Opinion
No. 79-314.
April 9, 1980. Rehearing Denied May 13, 1980.
Appeal from the Circuit Court, Hillsborough County, O.D. Howell, Jr., J.
David A. Maney of Gordon Maney, Tampa, for appellant and cross-appellee.
Arnold Levine and Stevan T. Northcutt of Levine, Freedman, Hirsch Levinson, Tampa, for appellee and cross-appellant.
This is an appeal by the husband and a cross-appeal by the wife from a final judgment of dissolution of marriage. The husband complains that the trial judge erred in awarding the wife the sum of $1,000 per month permanent periodic alimony plus an automobile and the husband's interest in the marital home as lump sum alimony. The wife contends that the trial judge erred in finding that the husband had a special equity in Pasco County property held in the names of the parties as tenants by the entireties and directing the wife to convey all of her interest in that property to her husband.
After oral argument in this case, our supreme court rendered its landmark decision on the subject of alimony in Canakaris v. Canakaris, 382 So.2d 1197 (Fla. 1980). In Canakaris, the court discussed at length the appropriate criteria for the award of different types of alimony which, together with child support and the related elements of "special equity" and "exclusive possession of property," are remedies available to a trial judge to accomplish the purpose of apportioning assets acquired by the parties and providing necessary support. In a companion case the court discussed what spousal contributions establish a "special equity" and what are the criteria for exclusive possession awards. Duncan v. Duncan, 379 So.2d 949 (Fla. 1980). The supreme court reminded us in Canakaris that the remedies selected by a trial judge to resolve the problem of apportioning assets and providing necessary support are part of one overall scheme, and should be reviewed by appellate courts as a whole, rather than independently.

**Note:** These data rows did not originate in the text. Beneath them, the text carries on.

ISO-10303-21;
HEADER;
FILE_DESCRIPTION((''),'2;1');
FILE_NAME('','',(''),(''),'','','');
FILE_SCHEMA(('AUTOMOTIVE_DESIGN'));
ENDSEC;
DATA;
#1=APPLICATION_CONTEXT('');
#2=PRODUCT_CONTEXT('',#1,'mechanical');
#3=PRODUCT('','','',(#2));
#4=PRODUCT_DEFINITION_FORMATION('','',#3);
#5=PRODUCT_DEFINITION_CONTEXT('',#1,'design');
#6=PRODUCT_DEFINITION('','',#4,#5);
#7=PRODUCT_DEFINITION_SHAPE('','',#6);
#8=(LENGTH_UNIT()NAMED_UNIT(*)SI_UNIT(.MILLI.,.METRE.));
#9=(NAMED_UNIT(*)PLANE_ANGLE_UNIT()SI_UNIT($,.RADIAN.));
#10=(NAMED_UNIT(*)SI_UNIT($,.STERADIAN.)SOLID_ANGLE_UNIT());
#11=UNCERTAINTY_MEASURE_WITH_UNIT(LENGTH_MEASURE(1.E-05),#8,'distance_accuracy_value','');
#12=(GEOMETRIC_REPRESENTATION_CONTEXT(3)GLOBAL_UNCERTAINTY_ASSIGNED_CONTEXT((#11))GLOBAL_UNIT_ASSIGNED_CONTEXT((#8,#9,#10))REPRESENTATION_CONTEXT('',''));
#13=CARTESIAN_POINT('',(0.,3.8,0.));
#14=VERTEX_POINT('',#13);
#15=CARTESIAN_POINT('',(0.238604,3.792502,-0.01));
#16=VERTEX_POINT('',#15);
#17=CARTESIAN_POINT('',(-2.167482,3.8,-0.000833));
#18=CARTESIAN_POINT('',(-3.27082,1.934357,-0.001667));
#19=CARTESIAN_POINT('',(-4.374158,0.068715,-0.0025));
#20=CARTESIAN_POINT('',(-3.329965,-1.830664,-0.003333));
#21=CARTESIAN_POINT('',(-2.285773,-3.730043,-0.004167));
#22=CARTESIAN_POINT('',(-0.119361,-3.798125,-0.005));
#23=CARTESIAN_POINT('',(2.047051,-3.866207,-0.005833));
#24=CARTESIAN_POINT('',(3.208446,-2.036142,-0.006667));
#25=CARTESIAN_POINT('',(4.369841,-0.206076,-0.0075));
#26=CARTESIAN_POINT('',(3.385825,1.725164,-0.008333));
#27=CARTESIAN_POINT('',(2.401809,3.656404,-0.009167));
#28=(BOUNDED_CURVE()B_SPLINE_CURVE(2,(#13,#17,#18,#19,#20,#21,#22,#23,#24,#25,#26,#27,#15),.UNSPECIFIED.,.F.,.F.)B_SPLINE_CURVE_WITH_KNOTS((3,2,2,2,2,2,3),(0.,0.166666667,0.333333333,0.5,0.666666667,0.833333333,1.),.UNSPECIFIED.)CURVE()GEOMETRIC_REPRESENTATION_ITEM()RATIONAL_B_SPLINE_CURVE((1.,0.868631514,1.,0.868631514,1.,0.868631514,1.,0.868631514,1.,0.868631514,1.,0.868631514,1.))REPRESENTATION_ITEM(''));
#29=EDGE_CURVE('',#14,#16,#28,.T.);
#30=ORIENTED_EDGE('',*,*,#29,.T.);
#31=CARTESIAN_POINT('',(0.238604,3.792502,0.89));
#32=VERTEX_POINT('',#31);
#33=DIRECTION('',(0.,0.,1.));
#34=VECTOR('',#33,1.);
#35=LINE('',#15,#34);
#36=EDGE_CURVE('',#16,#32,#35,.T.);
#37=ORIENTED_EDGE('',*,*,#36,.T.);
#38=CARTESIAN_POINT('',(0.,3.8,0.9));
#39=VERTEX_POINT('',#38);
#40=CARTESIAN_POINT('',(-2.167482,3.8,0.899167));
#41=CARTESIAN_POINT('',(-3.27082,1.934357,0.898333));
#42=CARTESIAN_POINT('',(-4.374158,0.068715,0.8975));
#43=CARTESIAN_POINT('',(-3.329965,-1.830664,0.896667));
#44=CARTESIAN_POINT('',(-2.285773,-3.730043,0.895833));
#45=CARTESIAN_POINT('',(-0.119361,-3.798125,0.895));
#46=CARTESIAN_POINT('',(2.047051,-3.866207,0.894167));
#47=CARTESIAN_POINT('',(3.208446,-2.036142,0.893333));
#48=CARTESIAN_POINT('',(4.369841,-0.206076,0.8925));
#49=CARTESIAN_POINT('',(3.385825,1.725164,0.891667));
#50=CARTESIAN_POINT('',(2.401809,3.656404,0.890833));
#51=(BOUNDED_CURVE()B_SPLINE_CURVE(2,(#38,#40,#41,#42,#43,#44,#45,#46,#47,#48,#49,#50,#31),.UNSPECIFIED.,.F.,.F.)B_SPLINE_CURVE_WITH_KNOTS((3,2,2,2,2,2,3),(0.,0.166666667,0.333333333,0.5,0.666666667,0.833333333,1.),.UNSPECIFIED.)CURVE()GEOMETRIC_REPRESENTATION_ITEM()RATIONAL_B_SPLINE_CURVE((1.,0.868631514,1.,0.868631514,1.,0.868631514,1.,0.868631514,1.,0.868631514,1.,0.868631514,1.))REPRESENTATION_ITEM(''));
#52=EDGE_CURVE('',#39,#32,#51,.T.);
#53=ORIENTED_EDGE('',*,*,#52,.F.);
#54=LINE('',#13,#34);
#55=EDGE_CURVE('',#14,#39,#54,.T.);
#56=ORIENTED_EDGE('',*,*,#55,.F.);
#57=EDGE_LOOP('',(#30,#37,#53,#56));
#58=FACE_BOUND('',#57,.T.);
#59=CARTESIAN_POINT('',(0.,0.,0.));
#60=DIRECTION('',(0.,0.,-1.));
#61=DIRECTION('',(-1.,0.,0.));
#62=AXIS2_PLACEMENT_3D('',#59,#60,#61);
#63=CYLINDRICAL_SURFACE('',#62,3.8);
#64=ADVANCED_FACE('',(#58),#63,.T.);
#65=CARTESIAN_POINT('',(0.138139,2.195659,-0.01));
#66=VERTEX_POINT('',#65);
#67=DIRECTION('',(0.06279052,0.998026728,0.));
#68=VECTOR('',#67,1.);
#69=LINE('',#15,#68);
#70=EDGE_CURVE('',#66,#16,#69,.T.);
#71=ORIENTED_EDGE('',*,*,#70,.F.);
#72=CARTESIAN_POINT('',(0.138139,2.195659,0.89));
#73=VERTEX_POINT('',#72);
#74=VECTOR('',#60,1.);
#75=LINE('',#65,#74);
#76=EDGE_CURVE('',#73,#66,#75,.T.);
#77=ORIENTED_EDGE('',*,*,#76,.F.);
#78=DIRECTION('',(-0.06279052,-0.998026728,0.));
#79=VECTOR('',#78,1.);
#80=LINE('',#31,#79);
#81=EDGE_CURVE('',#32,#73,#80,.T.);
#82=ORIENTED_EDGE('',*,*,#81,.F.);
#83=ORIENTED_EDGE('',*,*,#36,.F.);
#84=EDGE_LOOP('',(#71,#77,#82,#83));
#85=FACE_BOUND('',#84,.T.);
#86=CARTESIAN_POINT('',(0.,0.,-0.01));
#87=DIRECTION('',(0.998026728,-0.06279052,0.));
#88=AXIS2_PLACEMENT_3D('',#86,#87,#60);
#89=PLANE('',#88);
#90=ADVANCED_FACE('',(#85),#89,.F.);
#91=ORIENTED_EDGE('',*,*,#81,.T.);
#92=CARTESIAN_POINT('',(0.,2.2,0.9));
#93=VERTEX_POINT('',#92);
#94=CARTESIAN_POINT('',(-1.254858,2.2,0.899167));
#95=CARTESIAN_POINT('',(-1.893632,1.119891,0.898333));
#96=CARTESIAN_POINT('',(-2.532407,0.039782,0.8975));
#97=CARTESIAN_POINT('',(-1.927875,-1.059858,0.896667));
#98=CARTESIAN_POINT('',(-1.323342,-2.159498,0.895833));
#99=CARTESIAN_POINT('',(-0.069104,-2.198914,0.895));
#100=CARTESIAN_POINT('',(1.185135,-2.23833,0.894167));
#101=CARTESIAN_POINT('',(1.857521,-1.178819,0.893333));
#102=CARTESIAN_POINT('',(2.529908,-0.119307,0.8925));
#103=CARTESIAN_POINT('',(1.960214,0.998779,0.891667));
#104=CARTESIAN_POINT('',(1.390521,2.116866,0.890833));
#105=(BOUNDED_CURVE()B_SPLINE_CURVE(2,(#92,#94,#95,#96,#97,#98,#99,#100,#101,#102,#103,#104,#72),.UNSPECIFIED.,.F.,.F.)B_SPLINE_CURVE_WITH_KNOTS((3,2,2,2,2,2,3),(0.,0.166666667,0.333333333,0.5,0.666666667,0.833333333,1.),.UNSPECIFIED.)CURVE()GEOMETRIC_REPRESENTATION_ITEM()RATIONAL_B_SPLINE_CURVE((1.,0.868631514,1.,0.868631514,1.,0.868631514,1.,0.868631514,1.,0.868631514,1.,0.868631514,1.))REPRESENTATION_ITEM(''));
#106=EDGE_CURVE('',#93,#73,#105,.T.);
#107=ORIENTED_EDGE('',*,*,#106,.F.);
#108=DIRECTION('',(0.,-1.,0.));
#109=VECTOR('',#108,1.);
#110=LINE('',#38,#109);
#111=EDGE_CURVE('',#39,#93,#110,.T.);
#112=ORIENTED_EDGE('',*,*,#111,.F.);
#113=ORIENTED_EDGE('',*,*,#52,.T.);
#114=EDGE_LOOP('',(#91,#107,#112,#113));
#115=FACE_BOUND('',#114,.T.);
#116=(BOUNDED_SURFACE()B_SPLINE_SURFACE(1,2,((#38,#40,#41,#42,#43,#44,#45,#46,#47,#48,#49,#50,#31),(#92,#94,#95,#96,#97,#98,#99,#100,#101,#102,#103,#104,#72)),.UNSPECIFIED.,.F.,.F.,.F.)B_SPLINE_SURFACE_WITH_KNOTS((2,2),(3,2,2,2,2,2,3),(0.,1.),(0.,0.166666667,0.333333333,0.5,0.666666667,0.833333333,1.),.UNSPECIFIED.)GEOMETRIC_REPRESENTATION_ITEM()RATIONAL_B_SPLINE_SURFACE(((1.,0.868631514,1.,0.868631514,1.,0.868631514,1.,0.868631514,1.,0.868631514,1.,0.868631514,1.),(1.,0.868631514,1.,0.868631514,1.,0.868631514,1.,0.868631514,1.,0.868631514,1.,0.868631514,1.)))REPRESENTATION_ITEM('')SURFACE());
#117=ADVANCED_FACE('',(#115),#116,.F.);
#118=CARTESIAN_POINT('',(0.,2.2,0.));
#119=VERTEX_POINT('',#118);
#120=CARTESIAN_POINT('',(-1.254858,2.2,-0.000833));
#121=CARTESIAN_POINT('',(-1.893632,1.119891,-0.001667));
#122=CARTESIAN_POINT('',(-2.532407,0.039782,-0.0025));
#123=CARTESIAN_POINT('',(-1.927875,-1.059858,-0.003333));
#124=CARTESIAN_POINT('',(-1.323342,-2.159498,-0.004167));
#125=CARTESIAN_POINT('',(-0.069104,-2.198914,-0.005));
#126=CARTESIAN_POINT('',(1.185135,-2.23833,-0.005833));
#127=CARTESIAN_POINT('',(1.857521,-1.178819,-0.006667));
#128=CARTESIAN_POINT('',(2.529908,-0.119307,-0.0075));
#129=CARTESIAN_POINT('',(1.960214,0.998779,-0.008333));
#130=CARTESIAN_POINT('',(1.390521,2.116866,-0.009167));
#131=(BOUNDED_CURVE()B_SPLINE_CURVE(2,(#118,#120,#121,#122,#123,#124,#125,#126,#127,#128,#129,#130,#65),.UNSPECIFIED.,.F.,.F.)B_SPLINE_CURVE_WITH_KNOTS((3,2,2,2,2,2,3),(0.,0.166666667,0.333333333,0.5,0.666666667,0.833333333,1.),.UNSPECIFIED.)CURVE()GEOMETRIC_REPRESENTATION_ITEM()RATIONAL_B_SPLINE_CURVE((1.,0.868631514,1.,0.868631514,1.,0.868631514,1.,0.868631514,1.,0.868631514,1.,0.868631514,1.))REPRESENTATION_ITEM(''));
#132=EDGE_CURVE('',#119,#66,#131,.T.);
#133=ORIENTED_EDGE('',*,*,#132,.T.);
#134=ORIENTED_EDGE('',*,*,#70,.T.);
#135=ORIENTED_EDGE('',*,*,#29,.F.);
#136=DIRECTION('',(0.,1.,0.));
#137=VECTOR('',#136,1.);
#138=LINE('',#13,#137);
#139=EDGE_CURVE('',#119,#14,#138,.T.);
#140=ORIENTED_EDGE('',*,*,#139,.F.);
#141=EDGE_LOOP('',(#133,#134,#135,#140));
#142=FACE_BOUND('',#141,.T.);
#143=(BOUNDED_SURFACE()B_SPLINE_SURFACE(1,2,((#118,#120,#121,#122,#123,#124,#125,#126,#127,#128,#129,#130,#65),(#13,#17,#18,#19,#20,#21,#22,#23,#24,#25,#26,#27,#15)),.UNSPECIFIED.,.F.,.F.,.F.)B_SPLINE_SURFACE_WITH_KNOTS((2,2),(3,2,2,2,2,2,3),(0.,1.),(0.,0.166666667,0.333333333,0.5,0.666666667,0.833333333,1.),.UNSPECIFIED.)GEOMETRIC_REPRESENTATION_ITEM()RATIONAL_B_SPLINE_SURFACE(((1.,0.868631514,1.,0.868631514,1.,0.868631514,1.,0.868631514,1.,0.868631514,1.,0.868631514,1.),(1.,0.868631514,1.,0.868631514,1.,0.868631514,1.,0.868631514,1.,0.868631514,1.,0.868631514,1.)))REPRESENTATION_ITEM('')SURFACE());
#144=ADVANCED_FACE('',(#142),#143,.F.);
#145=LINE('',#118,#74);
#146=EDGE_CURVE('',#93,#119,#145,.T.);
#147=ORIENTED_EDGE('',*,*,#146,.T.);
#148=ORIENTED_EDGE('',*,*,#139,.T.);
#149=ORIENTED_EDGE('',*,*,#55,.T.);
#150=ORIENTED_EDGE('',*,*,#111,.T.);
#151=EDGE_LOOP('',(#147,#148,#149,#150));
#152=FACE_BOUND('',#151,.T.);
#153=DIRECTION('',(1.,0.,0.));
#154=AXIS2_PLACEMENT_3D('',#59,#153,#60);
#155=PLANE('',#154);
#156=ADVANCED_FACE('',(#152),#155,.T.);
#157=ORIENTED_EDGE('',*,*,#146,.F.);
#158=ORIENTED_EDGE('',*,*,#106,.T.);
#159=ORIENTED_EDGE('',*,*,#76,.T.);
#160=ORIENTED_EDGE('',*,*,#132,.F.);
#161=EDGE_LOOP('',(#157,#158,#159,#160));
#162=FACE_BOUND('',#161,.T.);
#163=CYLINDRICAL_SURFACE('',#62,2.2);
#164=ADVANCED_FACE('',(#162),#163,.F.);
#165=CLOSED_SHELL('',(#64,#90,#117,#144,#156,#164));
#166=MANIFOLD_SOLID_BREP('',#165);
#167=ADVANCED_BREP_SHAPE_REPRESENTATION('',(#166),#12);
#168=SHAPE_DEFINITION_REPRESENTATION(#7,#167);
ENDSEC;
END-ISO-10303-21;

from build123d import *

# Parameters (mm, degrees)
SWEEP1_PITCH       = 0.01010101
SWEEP1_HEIGHT      = 0.01
SWEEP1_RADIUS      = 3.8
SWEEP1_START_ANGLE = 90
SKETCH4_W          = 0.9
SKETCH4_H          = 1.6


with BuildPart() as part:
    # Sweep1: sweep along a helix
    with BuildLine() as sweep1_path:
        add(Helix(SWEEP1_PITCH, SWEEP1_HEIGHT, SWEEP1_RADIUS, center=(0, 0, 0), direction=(0, 0, -1), lefthand=True, mode=Mode.PRIVATE).rotate(Axis((0, 0, 0), (0, 0, -1)), SWEEP1_START_ANGLE))
    # Sketch4 → Sweep1 (sweep)
    with BuildSketch(Plane(origin=(0, 0, 0), x_dir=(0, 0, -1), z_dir=(1, 0, 0))):
        with Locations((-0.45, 3)):
            Rectangle(SKETCH4_W, SKETCH4_H)
    sweep(path=sweep1_path.line, is_frenet=True)


solid = part.part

We have the option of assessing the awards of alimony in the present posture of this case according to the Canakaris standards even though the trial judge did not have the benefit of Canakaris in reaching his decision. Were we to apply Canakaris at this point in the case, we might affirm on the ground that no abuse of discretion on the part of the trial judge has been demonstrated. We might also affirm that part of the final judgment directing the wife to convey to the husband her interest in the Pasco County property. We disagree with the trial judge's conclusion that the husband established a special equity in that property; a special equity in property held as tenants by the entireties will not arise when the property is acquired from funds generated by a working spouse while the other spouse performed normal household and child rearing responsibilities. Duncan v. Duncan, supra. Nevertheless, we believe the trial judge could correctly have declared a constructive trust of the wife's interest in favor of the husband. Williams v. Grogan, 100 So.2d 407 (Fla. 1958).
The facts of this case, however, persuade us that the trial judge should be given an opportunity to reconsider the alimony awards to the wife in the light of the supreme court's decision in Canakaris. The record indicates that during the eleven-year marriage of the parties, the husband acquired assets (including the Pasco County property) several times greater in value than the wife's assets (including the marital home). Canakaris holds that in the achievement of equity between the parties, it is within the discretion of the trial judge to use a lump sum alimony award to accomplish an equitable distribution of marital property. Before Canakaris, it was not clear to trial judges whether that remedy was available, and the trial judge may not have considered its use in this case.
In order to give the trial judge that opportunity, we reverse and remand with instructions to conduct a further hearing on the question of what alimony awards are appropriate in this case under the principles enunciated in Canakaris v. Canakaris. The trial judge may receive additional evidence bearing on that question.
REVERSED AND REMANDED for further proceedings consistent with this opinion.
HOBSON, Acting C.J., and RYDER, J., concur.